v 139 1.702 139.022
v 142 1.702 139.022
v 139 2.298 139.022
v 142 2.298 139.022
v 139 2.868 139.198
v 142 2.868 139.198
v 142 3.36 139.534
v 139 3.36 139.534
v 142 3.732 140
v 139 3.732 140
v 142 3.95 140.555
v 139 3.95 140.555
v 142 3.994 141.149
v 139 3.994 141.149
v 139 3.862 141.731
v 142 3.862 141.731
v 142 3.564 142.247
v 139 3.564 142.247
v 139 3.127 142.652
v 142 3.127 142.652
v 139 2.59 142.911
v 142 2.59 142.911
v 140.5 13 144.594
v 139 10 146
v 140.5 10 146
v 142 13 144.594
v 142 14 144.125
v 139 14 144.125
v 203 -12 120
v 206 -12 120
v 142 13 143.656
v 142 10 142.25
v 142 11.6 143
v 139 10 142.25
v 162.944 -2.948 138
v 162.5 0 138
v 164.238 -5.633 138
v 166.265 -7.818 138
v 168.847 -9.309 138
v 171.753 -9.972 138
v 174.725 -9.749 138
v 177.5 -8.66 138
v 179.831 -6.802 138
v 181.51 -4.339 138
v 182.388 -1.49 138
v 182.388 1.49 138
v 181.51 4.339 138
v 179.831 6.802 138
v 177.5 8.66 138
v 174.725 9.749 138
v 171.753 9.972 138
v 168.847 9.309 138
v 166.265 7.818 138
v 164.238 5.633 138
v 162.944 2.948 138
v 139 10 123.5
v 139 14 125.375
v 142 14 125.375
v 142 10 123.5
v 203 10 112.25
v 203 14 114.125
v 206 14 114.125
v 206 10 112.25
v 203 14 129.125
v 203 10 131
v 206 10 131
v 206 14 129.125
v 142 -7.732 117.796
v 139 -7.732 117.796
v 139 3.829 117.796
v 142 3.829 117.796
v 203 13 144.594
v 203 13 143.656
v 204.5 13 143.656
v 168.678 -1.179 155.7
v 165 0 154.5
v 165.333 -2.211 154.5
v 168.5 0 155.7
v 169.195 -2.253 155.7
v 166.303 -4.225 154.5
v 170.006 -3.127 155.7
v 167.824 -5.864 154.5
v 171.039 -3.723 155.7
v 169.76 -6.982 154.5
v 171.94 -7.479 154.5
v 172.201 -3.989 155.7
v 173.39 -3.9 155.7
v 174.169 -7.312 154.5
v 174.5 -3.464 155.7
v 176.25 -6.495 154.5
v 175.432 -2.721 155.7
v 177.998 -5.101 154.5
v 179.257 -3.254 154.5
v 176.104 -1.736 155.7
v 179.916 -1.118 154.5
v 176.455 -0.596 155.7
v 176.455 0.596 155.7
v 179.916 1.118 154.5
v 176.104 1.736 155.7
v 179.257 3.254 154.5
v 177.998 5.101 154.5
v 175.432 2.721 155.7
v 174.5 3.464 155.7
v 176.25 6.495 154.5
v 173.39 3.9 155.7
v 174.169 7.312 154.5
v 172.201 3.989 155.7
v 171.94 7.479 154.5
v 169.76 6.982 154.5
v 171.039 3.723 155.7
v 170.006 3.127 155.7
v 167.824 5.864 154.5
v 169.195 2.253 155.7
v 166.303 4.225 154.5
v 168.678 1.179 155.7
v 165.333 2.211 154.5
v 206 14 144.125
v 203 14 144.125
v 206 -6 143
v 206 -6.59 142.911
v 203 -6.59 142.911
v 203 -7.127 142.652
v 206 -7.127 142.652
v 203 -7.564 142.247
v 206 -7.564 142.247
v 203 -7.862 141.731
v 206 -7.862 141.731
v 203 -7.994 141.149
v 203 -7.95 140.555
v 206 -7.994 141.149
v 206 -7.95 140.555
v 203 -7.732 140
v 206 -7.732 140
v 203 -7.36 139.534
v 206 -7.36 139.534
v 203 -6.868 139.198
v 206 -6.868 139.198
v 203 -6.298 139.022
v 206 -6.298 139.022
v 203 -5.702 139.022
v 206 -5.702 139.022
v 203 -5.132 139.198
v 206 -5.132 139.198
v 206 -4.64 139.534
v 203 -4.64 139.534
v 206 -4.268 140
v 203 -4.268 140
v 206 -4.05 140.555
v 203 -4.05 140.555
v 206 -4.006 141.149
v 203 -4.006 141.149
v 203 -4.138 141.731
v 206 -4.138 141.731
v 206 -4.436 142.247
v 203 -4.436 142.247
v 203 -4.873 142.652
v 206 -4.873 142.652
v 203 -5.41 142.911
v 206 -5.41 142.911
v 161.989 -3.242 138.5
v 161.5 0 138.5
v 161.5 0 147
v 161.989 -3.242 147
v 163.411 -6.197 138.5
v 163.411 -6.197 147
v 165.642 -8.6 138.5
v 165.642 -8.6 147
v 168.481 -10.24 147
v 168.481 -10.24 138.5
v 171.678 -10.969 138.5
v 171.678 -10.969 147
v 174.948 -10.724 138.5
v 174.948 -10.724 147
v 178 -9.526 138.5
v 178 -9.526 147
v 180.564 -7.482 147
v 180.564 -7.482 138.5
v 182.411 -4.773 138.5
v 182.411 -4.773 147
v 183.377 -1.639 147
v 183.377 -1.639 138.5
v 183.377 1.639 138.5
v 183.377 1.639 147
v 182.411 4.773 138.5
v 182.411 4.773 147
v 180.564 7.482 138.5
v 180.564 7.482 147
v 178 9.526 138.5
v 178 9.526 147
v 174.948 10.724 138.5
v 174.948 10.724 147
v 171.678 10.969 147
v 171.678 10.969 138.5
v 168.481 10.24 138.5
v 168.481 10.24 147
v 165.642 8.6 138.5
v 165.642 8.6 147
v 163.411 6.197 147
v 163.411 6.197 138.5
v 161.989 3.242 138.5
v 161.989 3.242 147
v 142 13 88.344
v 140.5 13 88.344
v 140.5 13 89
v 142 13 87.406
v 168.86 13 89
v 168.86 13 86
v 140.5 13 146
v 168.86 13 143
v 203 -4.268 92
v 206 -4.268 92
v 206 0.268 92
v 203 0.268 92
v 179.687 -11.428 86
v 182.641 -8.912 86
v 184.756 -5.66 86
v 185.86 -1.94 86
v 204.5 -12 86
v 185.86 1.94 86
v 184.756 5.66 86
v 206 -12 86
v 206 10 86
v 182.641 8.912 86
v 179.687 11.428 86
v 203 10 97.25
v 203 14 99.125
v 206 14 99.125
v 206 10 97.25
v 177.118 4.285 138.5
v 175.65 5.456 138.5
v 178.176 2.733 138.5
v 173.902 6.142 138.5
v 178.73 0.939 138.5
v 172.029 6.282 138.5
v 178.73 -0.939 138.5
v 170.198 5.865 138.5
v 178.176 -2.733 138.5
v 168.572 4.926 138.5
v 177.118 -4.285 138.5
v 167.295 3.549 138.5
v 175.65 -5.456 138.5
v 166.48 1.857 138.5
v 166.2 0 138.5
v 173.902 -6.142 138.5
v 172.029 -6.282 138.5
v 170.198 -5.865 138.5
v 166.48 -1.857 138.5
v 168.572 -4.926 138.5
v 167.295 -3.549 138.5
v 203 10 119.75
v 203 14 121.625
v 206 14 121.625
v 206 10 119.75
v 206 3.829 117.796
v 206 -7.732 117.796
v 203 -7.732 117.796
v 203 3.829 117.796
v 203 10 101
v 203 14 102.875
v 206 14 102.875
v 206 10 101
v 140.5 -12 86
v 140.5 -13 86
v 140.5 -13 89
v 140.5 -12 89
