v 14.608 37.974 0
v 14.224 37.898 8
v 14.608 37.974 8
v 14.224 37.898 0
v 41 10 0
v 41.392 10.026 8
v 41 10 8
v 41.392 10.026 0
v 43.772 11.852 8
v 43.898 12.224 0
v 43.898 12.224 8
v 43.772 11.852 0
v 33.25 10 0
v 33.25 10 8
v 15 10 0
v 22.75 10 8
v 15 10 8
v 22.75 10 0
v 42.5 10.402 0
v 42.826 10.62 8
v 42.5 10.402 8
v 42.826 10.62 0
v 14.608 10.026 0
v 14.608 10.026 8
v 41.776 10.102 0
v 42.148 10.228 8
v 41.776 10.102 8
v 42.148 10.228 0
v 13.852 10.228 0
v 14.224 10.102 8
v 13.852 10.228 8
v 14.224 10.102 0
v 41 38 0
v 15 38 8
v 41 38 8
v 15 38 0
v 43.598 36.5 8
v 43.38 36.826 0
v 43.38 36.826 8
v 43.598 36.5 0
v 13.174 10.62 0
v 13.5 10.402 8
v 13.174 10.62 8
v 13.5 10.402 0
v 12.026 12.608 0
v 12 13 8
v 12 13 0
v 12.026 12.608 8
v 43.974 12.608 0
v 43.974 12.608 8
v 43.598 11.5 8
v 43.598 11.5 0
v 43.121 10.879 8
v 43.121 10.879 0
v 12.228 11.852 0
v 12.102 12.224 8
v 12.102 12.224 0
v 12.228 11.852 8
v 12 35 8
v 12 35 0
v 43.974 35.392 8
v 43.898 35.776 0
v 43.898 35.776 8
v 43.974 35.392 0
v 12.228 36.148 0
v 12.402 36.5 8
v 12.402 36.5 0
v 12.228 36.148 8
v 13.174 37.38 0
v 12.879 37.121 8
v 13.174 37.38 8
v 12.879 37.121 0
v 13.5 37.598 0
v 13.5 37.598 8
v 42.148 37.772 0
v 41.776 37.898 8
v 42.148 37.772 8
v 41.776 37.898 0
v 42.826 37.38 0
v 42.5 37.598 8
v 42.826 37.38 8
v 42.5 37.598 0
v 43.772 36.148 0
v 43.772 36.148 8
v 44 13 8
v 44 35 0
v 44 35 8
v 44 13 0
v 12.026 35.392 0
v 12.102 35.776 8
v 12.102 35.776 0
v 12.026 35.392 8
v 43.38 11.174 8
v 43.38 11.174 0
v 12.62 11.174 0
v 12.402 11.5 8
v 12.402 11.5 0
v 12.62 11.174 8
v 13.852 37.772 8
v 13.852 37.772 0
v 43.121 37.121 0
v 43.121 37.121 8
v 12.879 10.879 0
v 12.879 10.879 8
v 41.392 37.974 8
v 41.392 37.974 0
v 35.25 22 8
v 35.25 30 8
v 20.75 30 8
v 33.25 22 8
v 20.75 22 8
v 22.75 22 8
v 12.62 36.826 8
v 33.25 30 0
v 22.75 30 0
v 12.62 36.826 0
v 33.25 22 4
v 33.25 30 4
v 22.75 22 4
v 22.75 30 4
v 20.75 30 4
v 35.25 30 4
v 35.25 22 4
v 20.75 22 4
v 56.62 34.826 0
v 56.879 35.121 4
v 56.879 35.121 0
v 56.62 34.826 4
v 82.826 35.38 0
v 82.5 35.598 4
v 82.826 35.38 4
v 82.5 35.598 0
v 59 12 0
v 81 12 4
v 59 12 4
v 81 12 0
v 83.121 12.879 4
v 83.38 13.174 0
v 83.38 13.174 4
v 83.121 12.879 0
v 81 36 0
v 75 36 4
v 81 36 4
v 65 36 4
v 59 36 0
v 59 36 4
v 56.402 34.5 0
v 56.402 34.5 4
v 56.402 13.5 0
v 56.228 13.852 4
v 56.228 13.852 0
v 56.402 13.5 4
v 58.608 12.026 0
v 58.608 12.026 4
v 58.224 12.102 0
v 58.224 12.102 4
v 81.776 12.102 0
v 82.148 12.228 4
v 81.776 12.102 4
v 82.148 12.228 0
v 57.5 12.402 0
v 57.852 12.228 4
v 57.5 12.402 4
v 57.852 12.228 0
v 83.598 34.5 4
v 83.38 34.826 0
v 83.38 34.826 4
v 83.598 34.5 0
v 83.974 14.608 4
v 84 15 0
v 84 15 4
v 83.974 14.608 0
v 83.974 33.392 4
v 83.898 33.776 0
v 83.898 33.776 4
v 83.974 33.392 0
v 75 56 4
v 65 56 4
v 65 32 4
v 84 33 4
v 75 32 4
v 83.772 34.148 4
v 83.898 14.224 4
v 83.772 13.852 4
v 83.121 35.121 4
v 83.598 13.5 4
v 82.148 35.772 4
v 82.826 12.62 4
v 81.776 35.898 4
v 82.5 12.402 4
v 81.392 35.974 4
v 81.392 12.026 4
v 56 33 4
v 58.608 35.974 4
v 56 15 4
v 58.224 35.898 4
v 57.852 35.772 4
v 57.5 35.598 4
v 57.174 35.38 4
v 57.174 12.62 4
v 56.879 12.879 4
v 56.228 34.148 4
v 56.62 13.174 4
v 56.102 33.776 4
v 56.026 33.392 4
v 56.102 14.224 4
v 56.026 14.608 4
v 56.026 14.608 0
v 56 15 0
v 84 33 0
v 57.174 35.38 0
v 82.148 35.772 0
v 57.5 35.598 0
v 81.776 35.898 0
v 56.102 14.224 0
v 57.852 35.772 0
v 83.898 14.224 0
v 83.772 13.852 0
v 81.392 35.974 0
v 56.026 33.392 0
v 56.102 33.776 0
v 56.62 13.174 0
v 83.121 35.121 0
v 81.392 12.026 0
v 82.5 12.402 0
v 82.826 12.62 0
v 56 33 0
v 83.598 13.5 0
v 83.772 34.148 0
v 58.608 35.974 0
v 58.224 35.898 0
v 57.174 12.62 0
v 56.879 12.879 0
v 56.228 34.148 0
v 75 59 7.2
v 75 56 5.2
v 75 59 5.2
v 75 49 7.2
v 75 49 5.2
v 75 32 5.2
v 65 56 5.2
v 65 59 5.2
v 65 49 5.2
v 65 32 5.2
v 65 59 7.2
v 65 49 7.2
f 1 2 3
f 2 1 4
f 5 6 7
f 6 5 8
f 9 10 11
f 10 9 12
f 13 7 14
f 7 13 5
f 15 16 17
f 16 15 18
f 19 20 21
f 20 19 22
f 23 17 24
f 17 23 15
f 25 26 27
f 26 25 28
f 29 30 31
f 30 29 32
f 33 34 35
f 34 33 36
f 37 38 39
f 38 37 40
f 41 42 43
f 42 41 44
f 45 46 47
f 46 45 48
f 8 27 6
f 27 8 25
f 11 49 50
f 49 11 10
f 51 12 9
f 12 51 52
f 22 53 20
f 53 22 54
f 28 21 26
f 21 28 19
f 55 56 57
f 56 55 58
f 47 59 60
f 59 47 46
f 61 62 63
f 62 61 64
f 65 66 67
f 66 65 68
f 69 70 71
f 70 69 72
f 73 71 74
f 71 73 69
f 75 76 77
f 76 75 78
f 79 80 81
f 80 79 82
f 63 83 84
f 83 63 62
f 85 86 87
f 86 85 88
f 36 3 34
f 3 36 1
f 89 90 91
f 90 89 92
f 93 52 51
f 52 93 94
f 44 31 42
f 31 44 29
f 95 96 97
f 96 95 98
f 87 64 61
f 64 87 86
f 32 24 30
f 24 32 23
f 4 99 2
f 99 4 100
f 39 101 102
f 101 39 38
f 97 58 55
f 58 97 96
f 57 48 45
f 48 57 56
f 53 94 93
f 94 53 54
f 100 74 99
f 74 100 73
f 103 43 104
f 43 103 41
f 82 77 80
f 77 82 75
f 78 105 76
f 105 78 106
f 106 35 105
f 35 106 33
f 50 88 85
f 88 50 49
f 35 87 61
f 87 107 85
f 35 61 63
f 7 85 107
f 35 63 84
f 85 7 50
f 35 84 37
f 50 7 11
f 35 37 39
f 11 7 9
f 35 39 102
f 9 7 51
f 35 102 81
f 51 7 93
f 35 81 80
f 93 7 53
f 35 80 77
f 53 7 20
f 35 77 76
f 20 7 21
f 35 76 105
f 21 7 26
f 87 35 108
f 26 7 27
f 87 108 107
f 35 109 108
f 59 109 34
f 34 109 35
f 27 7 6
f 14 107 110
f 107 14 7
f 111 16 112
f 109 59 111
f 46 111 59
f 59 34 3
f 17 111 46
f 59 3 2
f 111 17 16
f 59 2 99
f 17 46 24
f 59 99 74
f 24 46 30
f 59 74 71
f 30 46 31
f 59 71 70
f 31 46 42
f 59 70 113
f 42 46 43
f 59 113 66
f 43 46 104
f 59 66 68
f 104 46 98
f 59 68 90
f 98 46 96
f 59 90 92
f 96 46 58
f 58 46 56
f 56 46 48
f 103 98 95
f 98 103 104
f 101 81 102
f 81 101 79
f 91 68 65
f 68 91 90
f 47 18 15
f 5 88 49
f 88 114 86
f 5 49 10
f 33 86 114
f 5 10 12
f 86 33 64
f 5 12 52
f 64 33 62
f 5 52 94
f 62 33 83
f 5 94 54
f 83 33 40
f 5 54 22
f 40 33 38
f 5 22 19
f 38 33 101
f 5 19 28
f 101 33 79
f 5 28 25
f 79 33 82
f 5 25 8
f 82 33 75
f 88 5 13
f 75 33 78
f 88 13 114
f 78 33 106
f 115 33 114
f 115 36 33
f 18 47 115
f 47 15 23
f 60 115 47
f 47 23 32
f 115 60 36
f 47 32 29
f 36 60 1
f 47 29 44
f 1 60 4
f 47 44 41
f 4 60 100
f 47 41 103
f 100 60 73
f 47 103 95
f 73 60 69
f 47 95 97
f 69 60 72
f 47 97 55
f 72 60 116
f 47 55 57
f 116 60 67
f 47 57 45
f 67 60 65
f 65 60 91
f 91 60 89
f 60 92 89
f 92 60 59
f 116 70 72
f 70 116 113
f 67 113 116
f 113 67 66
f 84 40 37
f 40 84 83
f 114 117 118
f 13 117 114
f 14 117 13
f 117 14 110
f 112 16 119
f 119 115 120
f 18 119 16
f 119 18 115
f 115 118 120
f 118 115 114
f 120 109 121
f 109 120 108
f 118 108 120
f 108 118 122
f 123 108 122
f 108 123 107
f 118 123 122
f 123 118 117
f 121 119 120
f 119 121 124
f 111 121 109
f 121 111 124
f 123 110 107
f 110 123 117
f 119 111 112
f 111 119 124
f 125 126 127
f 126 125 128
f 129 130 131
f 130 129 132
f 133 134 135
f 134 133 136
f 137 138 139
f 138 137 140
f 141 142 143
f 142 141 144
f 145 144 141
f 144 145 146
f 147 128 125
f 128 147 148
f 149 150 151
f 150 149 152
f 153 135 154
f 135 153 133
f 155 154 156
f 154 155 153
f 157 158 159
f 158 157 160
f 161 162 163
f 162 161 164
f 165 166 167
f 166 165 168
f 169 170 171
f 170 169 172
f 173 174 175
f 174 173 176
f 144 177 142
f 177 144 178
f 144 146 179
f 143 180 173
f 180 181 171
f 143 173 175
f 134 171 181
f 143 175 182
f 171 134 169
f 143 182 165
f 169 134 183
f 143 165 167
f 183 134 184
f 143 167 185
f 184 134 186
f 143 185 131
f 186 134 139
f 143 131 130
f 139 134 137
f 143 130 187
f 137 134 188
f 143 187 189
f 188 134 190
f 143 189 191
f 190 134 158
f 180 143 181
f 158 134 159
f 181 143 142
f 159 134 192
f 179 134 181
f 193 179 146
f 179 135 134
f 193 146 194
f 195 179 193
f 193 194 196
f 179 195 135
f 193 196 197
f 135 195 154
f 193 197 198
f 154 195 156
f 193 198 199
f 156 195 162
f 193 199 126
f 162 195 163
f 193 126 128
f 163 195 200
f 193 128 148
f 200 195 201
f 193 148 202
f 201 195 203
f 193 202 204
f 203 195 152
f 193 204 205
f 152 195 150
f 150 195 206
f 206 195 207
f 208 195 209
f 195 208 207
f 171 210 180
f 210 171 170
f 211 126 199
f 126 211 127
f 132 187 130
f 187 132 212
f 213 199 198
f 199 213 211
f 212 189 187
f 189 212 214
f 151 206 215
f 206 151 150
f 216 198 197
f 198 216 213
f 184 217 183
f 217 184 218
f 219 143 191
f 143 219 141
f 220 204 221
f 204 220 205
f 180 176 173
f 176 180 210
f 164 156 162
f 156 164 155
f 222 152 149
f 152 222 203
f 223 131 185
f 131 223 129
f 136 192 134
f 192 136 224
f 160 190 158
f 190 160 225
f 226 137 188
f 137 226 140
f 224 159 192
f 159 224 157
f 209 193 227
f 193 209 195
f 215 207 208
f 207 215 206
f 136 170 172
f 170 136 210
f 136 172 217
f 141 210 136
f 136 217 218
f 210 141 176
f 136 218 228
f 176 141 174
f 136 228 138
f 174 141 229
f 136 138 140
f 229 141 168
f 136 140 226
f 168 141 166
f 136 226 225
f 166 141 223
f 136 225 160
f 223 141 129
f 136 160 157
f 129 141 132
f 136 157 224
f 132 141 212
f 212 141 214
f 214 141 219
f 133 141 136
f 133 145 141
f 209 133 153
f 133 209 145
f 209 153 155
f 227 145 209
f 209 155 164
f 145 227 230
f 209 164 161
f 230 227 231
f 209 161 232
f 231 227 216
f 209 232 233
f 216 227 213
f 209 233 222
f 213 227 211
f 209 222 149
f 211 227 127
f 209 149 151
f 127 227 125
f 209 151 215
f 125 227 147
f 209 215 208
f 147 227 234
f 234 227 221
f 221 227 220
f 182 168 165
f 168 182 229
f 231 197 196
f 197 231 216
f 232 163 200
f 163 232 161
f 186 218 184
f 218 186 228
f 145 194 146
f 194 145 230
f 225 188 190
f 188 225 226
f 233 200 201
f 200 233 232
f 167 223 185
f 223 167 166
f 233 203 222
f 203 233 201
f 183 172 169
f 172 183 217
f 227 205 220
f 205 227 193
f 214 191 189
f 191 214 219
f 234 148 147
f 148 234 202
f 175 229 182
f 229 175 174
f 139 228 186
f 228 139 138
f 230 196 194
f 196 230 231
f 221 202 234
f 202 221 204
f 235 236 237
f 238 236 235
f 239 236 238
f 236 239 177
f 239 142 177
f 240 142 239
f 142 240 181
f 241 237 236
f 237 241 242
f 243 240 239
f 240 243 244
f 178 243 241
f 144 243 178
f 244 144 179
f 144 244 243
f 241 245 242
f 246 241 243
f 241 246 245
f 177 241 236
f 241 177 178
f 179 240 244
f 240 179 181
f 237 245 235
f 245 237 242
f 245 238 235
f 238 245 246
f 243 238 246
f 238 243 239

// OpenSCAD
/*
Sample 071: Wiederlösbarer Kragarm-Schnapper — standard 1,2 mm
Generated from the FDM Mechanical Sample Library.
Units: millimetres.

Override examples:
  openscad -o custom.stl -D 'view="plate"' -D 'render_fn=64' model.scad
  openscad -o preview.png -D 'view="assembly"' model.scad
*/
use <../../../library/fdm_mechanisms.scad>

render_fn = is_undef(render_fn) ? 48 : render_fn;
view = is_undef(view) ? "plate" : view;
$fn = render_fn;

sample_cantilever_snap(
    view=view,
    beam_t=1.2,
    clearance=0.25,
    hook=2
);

---*---

Task objective ::
The reply should hold only the lines of the listing above starting at the line containing "v 203 14 144.125" and ending at the line containing "v 206 -5.702 139.022", exactly as written.

Result of this exercise ::
v 203 14 144.125
v 206 -6 143
v 206 -6.59 142.911
v 203 -6.59 142.911
v 203 -7.127 142.652
v 206 -7.127 142.652
v 203 -7.564 142.247
v 206 -7.564 142.247
v 203 -7.862 141.731
v 206 -7.862 141.731
v 203 -7.994 141.149
v 203 -7.95 140.555
v 206 -7.994 141.149
v 206 -7.95 140.555
v 203 -7.732 140
v 206 -7.732 140
v 203 -7.36 139.534
v 206 -7.36 139.534
v 203 -6.868 139.198
v 206 -6.868 139.198
v 203 -6.298 139.022
v 206 -6.298 139.022
v 203 -5.702 139.022
v 206 -5.702 139.022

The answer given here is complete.